### Given data
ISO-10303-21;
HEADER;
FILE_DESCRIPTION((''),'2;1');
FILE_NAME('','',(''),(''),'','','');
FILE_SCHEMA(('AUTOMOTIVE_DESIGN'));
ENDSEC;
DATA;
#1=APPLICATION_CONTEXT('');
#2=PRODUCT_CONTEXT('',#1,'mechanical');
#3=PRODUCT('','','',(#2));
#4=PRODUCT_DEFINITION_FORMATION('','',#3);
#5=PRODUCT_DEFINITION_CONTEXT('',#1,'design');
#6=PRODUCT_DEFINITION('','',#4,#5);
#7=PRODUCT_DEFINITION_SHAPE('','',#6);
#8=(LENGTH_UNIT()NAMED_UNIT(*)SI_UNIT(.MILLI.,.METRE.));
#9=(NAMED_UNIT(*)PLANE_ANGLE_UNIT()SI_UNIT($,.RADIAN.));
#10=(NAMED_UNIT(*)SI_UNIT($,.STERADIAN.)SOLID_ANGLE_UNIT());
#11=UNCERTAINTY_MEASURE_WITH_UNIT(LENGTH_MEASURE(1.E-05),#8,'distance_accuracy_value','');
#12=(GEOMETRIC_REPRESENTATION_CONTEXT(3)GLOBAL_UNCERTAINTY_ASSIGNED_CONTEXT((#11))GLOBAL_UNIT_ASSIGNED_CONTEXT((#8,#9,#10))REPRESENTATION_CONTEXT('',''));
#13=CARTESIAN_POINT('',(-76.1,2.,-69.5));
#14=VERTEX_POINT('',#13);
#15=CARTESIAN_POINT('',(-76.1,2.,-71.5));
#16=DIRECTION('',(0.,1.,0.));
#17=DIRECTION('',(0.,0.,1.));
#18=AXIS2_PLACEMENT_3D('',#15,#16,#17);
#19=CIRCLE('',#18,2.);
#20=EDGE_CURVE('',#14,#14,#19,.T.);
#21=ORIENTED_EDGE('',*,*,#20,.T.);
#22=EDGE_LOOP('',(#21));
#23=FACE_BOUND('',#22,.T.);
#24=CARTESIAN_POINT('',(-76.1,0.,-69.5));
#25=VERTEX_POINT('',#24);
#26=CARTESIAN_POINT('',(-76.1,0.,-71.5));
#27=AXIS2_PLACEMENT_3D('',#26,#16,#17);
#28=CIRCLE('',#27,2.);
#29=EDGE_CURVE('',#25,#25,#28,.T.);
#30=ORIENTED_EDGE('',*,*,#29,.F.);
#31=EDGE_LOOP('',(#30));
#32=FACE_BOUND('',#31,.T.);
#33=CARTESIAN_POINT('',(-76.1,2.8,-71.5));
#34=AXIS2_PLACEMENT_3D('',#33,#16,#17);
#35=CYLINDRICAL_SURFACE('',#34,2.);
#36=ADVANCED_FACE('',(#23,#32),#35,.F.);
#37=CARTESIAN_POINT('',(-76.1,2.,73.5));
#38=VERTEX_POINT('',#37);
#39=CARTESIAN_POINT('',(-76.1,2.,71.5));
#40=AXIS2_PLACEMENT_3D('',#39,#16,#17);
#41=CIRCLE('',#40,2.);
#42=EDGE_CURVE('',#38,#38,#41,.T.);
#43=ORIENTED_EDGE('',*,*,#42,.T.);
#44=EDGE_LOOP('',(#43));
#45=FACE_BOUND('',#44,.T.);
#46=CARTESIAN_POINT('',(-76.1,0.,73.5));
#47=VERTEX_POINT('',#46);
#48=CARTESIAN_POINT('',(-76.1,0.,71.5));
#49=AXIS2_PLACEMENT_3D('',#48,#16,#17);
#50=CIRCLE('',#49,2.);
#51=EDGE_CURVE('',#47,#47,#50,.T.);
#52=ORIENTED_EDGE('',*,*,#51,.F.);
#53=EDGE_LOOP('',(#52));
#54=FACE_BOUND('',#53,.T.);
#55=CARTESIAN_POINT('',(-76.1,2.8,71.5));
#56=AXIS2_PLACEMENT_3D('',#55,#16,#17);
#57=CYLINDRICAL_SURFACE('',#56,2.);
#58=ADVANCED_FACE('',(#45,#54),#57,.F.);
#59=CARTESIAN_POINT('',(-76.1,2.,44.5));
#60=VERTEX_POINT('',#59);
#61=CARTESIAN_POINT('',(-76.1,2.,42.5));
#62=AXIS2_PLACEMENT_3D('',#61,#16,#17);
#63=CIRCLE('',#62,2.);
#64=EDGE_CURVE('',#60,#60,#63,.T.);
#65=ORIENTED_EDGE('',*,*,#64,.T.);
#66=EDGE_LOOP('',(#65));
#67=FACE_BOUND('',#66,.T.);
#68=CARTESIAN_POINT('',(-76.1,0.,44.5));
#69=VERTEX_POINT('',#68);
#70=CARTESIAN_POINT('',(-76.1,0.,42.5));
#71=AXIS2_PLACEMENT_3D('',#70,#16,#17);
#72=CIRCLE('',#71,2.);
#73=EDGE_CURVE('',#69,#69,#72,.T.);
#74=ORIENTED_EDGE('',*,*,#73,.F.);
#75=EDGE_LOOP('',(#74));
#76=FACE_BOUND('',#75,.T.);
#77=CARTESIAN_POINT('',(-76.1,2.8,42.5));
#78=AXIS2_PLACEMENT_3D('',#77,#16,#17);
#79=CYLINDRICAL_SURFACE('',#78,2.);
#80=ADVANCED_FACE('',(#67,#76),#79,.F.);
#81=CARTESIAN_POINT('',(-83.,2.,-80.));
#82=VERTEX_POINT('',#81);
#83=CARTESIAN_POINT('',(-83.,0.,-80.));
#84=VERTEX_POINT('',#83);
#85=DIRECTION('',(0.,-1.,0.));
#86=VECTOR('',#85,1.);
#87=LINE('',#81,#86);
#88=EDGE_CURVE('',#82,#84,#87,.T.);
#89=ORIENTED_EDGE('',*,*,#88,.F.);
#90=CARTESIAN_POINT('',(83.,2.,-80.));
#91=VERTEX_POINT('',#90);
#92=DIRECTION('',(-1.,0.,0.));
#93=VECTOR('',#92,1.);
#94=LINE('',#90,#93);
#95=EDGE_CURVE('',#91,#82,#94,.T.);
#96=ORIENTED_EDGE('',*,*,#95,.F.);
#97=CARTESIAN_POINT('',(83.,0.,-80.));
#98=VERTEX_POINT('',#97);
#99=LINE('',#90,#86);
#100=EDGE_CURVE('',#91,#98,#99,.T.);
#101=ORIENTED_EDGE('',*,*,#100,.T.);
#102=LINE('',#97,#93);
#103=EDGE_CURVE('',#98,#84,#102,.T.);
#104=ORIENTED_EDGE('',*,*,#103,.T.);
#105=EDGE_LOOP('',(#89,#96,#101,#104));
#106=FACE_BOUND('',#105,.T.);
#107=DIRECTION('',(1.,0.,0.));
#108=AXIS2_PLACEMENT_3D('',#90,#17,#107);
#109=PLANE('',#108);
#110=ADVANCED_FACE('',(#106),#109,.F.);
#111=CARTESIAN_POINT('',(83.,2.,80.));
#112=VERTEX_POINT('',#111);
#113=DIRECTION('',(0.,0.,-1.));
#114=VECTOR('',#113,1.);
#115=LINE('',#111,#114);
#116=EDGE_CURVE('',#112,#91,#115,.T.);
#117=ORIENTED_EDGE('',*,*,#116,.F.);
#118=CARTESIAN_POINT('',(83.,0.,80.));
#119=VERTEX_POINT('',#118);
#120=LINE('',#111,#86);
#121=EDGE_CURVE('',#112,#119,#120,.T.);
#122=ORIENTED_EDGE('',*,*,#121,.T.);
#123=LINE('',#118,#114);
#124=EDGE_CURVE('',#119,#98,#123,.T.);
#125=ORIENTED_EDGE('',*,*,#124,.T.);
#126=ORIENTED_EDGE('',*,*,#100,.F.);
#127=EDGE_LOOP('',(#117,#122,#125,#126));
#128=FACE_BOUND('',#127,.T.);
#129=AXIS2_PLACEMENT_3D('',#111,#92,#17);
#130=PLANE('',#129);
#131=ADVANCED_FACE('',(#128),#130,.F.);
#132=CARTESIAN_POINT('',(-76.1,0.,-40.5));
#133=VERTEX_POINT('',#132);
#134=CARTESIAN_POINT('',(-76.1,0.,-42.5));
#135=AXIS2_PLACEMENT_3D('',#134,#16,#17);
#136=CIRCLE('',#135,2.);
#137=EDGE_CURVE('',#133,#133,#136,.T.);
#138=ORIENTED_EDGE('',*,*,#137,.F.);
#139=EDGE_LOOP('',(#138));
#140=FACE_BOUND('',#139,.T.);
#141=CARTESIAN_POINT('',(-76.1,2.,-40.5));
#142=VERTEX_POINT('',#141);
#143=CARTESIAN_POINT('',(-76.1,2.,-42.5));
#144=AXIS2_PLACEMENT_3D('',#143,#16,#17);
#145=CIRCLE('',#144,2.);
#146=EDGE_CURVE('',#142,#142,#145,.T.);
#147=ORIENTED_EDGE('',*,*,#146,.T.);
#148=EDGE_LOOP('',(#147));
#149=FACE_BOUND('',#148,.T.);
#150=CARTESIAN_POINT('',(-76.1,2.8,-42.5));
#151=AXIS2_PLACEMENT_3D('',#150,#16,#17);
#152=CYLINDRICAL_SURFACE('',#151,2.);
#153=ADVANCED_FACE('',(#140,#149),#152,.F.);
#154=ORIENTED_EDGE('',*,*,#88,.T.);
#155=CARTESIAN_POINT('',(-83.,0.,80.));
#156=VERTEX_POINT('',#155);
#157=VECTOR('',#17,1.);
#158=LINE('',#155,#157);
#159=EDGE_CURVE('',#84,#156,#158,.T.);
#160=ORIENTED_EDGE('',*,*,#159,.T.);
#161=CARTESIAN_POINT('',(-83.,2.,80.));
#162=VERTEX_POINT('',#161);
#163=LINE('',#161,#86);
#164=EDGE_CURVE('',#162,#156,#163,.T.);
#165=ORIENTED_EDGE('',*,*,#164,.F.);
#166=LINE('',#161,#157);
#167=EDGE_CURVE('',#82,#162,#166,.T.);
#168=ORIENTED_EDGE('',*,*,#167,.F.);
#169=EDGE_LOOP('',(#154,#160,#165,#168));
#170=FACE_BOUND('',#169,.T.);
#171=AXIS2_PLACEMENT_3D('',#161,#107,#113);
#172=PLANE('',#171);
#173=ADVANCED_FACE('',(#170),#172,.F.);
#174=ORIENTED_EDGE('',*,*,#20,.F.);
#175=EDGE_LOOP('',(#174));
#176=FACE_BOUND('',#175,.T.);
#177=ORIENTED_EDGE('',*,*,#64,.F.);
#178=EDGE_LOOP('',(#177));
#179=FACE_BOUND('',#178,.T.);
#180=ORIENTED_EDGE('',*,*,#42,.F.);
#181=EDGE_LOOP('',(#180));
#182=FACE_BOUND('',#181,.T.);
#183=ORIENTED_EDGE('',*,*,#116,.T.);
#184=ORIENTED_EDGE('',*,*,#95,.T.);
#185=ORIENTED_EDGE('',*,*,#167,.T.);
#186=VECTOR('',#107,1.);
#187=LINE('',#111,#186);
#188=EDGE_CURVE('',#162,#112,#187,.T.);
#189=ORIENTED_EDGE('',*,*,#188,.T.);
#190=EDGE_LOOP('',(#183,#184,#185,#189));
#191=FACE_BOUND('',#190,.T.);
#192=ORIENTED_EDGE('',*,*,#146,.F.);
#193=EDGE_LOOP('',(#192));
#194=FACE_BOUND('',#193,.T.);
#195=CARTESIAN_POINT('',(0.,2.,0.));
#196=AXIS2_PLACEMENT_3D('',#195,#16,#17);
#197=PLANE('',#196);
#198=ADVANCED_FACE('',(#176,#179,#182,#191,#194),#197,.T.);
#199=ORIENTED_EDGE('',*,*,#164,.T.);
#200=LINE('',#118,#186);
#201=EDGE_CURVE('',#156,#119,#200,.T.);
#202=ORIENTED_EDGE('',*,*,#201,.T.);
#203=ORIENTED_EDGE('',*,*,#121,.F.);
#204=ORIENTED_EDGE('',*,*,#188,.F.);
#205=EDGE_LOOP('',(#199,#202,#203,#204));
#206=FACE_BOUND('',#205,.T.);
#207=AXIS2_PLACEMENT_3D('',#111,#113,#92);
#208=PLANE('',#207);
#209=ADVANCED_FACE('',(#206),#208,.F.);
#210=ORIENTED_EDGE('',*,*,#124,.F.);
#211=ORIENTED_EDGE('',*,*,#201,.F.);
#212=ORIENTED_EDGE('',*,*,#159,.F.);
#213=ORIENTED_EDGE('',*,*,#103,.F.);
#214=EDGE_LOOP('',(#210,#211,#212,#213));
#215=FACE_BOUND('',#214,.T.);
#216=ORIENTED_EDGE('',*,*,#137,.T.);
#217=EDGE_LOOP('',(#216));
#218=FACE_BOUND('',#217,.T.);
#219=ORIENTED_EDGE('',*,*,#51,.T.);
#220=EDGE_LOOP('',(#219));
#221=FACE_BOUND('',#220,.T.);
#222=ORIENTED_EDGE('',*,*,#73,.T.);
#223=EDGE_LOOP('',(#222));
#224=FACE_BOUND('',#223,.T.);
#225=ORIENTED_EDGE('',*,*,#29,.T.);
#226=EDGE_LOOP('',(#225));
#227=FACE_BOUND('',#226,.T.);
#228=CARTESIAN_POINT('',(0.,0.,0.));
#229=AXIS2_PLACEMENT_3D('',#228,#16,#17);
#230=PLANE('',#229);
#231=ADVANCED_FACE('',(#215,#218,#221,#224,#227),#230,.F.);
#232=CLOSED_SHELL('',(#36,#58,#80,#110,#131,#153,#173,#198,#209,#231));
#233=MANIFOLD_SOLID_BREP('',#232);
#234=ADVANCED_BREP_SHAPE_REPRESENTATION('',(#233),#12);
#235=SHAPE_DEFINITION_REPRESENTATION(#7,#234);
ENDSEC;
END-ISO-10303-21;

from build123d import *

# Parameters (mm, degrees)
SKETCH_1_W      = 166
SKETCH_1_H      = 160
EXTRUDE_1_DEPTH = 2
MM_2_D          = 4
MM_2_DEPTH      = 10
MM_2_TIP        = 1.201721238


with BuildPart() as part:
    # 草图1 → 凸台-拉伸1 (new body)
    with BuildSketch(Plane(origin=(0, 0, 0), x_dir=(1, 0, 0), z_dir=(0, 1, 0))):
        Rectangle(SKETCH_1_W, SKETCH_1_H)
    extrude(amount=EXTRUDE_1_DEPTH)

    # 大小mm 暗销孔2
    with Locations(Plane(origin=(45.636831669, 2.8, 467.05931397), x_dir=(0.07852837759024327, 0, 0.9969118787099711), z_dir=(0, 1, 0))):
        with Locations((-404.949854974, -103.656881575), (-403.897574678, -90.298262111), (-432.80801916, -88.020939161), (-433.860299457, -101.379558625), (-547.50825363, -92.42732358), (-518.597809147, -94.70464653), (-517.545528888, -81.346027355), (-546.45597337, -79.068704405)):
            Hole(MM_2_D / 2, depth=MM_2_DEPTH)
            with Locations((0, 0, -(MM_2_DEPTH + MM_2_TIP / 2))):  # 118° drill point
                Cone(0, MM_2_D / 2, MM_2_TIP, mode=Mode.SUBTRACT)


solid = part.part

### Exercise aim
What are the lines, exactly as written above, from the line with "#90=CARTESIAN_POINT('',(83.,2.,-80.));" to the line with "#113=DIRECTION('',(0.,0.,-1.));", both included? Output only those.

### Your solution
#90=CARTESIAN_POINT('',(83.,2.,-80.));
#91=VERTEX_POINT('',#90);
#92=DIRECTION('',(-1.,0.,0.));
#93=VECTOR('',#92,1.);
#94=LINE('',#90,#93);
#95=EDGE_CURVE('',#91,#82,#94,.T.);
#96=ORIENTED_EDGE('',*,*,#95,.F.);
#97=CARTESIAN_POINT('',(83.,0.,-80.));
#98=VERTEX_POINT('',#97);
#99=LINE('',#90,#86);
#100=EDGE_CURVE('',#91,#98,#99,.T.);
#101=ORIENTED_EDGE('',*,*,#100,.T.);
#102=LINE('',#97,#93);
#103=EDGE_CURVE('',#98,#84,#102,.T.);
#104=ORIENTED_EDGE('',*,*,#103,.T.);
#105=EDGE_LOOP('',(#89,#96,#101,#104));
#106=FACE_BOUND('',#105,.T.);
#107=DIRECTION('',(1.,0.,0.));
#108=AXIS2_PLACEMENT_3D('',#90,#17,#107);
#109=PLANE('',#108);
#110=ADVANCED_FACE('',(#106),#109,.F.);
#111=CARTESIAN_POINT('',(83.,2.,80.));
#112=VERTEX_POINT('',#111);
#113=DIRECTION('',(0.,0.,-1.));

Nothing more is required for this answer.